RC AUTO. CDM RIPRESENTA TESTO RIFORMA. ADESSO LAVORARE CELERMENTE

 

“Il Consiglio dei ministri ha oggi approvato un disegno di legge che riprende il testo dell’articolo 8 del Destinazione Italia, soppresso ieri dalle Commissioni Finanze e Attivitá produttive della Camera, nel quale erano inserite le norme di riforma dell’Rc Auto, cosí come predisposte da Palazzo Chigi.
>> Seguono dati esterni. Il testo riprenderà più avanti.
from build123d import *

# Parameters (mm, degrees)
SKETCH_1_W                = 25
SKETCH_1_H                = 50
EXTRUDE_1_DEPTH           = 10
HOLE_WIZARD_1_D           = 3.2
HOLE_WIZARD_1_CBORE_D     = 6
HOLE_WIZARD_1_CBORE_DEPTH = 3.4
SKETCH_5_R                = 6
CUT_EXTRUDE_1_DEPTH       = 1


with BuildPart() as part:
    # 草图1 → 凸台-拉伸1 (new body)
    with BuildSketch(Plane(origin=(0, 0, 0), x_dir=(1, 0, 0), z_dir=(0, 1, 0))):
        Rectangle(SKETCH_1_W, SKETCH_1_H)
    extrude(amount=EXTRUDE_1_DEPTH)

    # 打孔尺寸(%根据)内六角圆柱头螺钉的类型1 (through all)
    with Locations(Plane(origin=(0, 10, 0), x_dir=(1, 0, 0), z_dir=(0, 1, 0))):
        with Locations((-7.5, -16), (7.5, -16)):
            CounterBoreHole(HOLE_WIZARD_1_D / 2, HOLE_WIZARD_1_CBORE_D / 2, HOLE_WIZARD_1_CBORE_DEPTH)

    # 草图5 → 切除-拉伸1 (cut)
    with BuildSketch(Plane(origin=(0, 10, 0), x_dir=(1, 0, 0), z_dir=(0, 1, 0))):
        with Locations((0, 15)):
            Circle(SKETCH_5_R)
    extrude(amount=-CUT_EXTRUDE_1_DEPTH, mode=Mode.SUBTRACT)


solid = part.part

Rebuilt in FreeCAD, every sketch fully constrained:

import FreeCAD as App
import Part
import Sketcher
Q = App.Units.Quantity

doc = App.newDocument("Part")
body = doc.addObject("PartDesign::Body", "Body")

# Sketch on XZ plane
sketch1 = body.newObject("Sketcher::SketchObject", "Sketch")
sketch1.AttachmentSupport = (doc.getObject("XZ_Plane"), [""])
sketch1.MapMode = "FlatFace"
sketch1.addGeometry(Part.LineSegment(App.Vector(-12, -25, 0), App.Vector(-12, 25, 0)), False)
sketch1.addGeometry(Part.LineSegment(App.Vector(-12, 25, 0), App.Vector(12, 25, 0)), False)
sketch1.addGeometry(Part.LineSegment(App.Vector(12, 25, 0), App.Vector(12, -25, 0)), False)
sketch1.addGeometry(Part.LineSegment(App.Vector(12, -25, 0), App.Vector(-12, -25, 0)), False)
sketch1.addConstraint(Sketcher.Constraint("Coincident", 0, 2, 1, 1))
sketch1.addConstraint(Sketcher.Constraint("Coincident", 1, 2, 2, 1))
sketch1.addConstraint(Sketcher.Constraint("Coincident", 2, 2, 3, 1))
sketch1.addConstraint(Sketcher.Constraint("Coincident", 3, 2, 0, 1))
sketch1.addConstraint(Sketcher.Constraint("Vertical", 0))
sketch1.addConstraint(Sketcher.Constraint("Horizontal", 1))
sketch1.addConstraint(Sketcher.Constraint("Vertical", 2))
sketch1.addConstraint(Sketcher.Constraint("Horizontal", 3))
sketch1.addConstraint(Sketcher.Constraint("Symmetric", 0, 2, 2, 2, -1, 1))
sketch1.addConstraint(Sketcher.Constraint("DistanceX", 1, 1, 1, 2, Q("25 mm")))
sketch1.addConstraint(Sketcher.Constraint("DistanceY", 0, 1, 0, 2, Q("50 mm")))
pad1 = body.newObject("PartDesign::Pad", "Pad")
pad1.Profile = sketch1
pad1.Length = 10
pad1.Reversed = True

# Sketch on XZ plane
sketch2 = body.newObject("Sketcher::SketchObject", "Sketch001")
sketch2.AttachmentSupport = (doc.getObject("XZ_Plane"), [""])
sketch2.MapMode = "FlatFace"
sketch2.AttachmentOffset = App.Placement(App.Vector(0, 0, -10), App.Rotation())
sketch2.addGeometry(Part.Circle(App.Vector(-7.5, 16, 0), App.Vector(0, 0, 1), 1.6), False)
sketch2.addGeometry(Part.Circle(App.Vector(7.5, 16, 0), App.Vector(0, 0, 1), 1.6), False)
sketch2.addConstraint(Sketcher.Constraint("Equal", 0, 1))
sketch2.addConstraint(Sketcher.Constraint("Symmetric", 0, 3, 1, 3, -2))
sketch2.addConstraint(Sketcher.Constraint("Diameter", 0, Q("3.2 mm")))
sketch2.addConstraint(Sketcher.Constraint("DistanceY", -1, 1, 0, 3, Q("16 mm")))
sketch2.addConstraint(Sketcher.Constraint("DistanceX", 0, 3, 1, 3, Q("15 mm")))
doc.recompute()
hole = body.newObject("PartDesign::Hole", "Hole")
hole.Profile = sketch2
hole.ThreadType = "None"
hole.Diameter = 3.2
hole.DepthType = "ThroughAll"
hole.HoleCutType = "Counterbore"
hole.HoleCutDiameter = 6
hole.HoleCutDepth = 3.4
hole.Reversed = True

# Sketch on XZ plane
sketch3 = body.newObject("Sketcher::SketchObject", "Sketch002")
sketch3.AttachmentSupport = (doc.getObject("XZ_Plane"), [""])
sketch3.MapMode = "FlatFace"
sketch3.AttachmentOffset = App.Placement(App.Vector(0, 0, -10), App.Rotation())
sketch3.addGeometry(Part.Circle(App.Vector(0, -15, 0), App.Vector(0, 0, 1), 6), False)
sketch3.addConstraint(Sketcher.Constraint("PointOnObject", 0, 3, -2))
sketch3.addConstraint(Sketcher.Constraint("Diameter", 0, Q("12 mm")))
sketch3.addConstraint(Sketcher.Constraint("DistanceY", 0, 3, -1, 1, Q("15 mm")))
pocket1 = body.newObject("PartDesign::Pocket", "Pocket")
pocket1.Profile = sketch3
pocket1.Length = 1
pocket1.Reversed = True

doc.recompute()
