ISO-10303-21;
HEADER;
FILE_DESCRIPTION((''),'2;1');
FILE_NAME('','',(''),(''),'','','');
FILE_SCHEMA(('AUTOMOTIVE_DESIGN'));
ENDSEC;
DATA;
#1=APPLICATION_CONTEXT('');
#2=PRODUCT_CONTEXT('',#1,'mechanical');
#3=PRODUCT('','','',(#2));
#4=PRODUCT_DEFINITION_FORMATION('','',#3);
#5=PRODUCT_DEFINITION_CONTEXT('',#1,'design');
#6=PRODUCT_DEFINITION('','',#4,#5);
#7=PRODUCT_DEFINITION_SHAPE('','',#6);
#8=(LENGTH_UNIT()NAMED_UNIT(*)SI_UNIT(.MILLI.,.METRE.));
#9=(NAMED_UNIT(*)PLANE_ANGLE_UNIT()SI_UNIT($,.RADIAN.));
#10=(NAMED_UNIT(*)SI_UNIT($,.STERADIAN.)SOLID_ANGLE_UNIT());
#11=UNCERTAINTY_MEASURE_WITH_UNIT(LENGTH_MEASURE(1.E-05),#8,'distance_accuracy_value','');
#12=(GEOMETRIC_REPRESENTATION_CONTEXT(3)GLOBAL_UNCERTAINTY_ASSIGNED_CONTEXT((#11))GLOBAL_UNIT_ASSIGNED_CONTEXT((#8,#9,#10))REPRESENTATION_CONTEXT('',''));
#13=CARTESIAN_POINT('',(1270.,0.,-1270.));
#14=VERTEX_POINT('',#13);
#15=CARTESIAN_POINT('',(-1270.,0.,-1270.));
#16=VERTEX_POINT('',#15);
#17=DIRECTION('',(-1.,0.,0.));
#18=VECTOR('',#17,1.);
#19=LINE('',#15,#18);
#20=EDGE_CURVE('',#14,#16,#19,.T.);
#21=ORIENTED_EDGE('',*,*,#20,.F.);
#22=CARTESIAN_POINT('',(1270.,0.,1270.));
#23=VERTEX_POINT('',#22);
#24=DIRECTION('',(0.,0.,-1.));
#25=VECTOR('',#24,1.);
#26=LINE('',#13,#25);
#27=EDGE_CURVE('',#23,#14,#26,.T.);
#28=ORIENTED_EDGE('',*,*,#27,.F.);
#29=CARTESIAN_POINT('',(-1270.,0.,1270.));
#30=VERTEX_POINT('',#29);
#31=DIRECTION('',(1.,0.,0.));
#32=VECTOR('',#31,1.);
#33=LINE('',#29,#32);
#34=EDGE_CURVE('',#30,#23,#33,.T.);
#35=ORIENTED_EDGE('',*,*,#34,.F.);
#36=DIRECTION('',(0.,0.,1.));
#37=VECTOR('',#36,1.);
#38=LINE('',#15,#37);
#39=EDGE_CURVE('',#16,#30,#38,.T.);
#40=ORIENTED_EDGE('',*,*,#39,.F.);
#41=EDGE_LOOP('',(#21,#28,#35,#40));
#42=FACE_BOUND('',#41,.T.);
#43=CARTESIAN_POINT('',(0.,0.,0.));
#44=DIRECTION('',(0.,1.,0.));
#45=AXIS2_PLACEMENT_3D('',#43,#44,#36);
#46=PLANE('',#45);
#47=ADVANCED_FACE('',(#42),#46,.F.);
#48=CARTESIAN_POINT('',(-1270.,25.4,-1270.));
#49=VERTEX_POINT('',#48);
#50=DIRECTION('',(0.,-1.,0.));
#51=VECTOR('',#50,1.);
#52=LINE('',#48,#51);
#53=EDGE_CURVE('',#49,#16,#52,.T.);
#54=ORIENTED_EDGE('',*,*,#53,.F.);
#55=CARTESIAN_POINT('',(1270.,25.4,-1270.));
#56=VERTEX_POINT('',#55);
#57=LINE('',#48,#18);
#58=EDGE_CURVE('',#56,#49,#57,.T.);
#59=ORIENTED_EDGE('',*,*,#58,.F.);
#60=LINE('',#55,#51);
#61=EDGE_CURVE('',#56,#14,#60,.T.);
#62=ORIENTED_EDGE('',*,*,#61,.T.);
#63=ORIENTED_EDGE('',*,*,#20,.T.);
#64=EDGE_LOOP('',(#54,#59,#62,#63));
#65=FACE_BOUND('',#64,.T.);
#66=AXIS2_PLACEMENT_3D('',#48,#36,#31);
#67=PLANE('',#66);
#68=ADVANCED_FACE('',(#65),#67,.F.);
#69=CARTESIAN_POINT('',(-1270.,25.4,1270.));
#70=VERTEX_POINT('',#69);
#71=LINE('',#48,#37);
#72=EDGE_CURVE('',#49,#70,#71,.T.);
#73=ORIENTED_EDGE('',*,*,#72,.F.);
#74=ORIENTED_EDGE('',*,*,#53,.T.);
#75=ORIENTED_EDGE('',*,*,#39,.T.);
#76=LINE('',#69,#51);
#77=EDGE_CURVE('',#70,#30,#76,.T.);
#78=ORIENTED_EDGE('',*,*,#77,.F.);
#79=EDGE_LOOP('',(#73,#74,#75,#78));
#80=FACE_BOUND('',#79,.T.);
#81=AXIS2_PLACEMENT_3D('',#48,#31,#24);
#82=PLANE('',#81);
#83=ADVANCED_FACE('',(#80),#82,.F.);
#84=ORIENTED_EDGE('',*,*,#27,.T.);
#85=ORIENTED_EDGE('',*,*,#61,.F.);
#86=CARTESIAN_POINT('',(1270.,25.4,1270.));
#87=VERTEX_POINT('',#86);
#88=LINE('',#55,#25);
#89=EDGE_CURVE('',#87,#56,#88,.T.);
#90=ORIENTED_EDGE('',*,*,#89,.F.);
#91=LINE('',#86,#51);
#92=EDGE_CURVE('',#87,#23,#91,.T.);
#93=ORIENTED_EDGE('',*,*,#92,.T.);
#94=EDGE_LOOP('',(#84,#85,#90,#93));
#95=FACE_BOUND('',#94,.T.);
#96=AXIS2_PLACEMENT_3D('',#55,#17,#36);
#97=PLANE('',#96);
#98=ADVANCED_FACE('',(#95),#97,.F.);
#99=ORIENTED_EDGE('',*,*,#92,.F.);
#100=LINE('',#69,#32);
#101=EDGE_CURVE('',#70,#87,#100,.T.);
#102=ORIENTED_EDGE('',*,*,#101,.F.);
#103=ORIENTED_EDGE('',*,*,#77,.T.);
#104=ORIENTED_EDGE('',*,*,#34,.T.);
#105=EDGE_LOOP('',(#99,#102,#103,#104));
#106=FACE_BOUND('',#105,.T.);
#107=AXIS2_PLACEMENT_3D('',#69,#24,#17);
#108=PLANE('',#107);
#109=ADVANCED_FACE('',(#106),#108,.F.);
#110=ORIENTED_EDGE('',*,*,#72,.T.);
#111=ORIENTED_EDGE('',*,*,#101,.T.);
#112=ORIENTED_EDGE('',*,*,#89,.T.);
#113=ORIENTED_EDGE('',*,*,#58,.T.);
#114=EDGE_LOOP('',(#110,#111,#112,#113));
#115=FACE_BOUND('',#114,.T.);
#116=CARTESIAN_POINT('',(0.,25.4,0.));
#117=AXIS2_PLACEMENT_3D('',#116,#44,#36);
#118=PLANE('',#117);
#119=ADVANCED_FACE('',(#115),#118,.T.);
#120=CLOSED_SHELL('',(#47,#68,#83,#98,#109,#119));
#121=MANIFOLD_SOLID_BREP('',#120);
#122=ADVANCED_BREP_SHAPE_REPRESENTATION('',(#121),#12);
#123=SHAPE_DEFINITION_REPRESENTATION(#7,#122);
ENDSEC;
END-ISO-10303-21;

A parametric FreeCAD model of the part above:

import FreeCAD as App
import Part
import Sketcher
from FreeCAD import Vector
Q = App.Units.Quantity


def add_polygon(sketch, points):
    """Adds a closed chain of lines whose ends are joined by coincident constraints."""
    first, n = sketch.GeometryCount, len(points)
    for a, b in zip(points, points[1:] + points[:1]):
        sketch.addGeometry(Part.LineSegment(App.Vector(*a, 0), App.Vector(*b, 0)), False)
    for i in range(n):
        sketch.addConstraint(Sketcher.Constraint("Coincident", first + i, 2, first + (i + 1) % n, 1))

doc = App.newDocument("Part")
body = doc.addObject("PartDesign::Body", "Body")

# Sketch on XZ plane
sketch1 = doc.addObject("Sketcher::SketchObject", "Sketch")
body.addObject(sketch1)
sketch1.AttachmentSupport = (doc.XZ_Plane, [""])
sketch1.MapMode = "FlatFace"
add_polygon(sketch1, [(-1270, -1270), (-1270, 1270), (1270, 1270), (1270, -1270)])  # lines 0-3
sketch1.addConstraint([
    Sketcher.Constraint("Vertical", 0),
    Sketcher.Constraint("Horizontal", 1),
    Sketcher.Constraint("Vertical", 2),
    Sketcher.Constraint("Horizontal", 3),
    Sketcher.Constraint("Symmetric", 0, 2, 2, 2, -1, 1),
    Sketcher.Constraint("Equal", 3, 0),
    Sketcher.Constraint("DistanceX", 1, 1, 1, 2, Q("100 in")),
])
pad1 = doc.addObject("PartDesign::Pad", "Pad")
body.addObject(pad1)
pad1.Profile = sketch1
pad1.Length = Q("1 in")
pad1.Reversed = True

doc.recompute()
Rimane il rammarico per l’occasione persa con la soppressione dell’articolo 8, e che avrebbe consentito immediatamente ai cittadini di beneficiare di una riduzione dei costi delle tariffe. D’altro canto non posso che essere soddisfatta dalla decisione del Consiglio dei ministri che, da un lato, conferma il positivo lavoro svolto in questo mesi, e dall’altro ripropone in maniera forte e decisa la necessitá di un intervento che riduca i costi delle tariffe assicurative. L’auspicio é che adesso si lavori celermente in questo senso, dando un segnale chiaro ai cittadini”. Lo ha dichiarato la senatrice Simona Vicari, sottosegretario allo Sviluppo Economico.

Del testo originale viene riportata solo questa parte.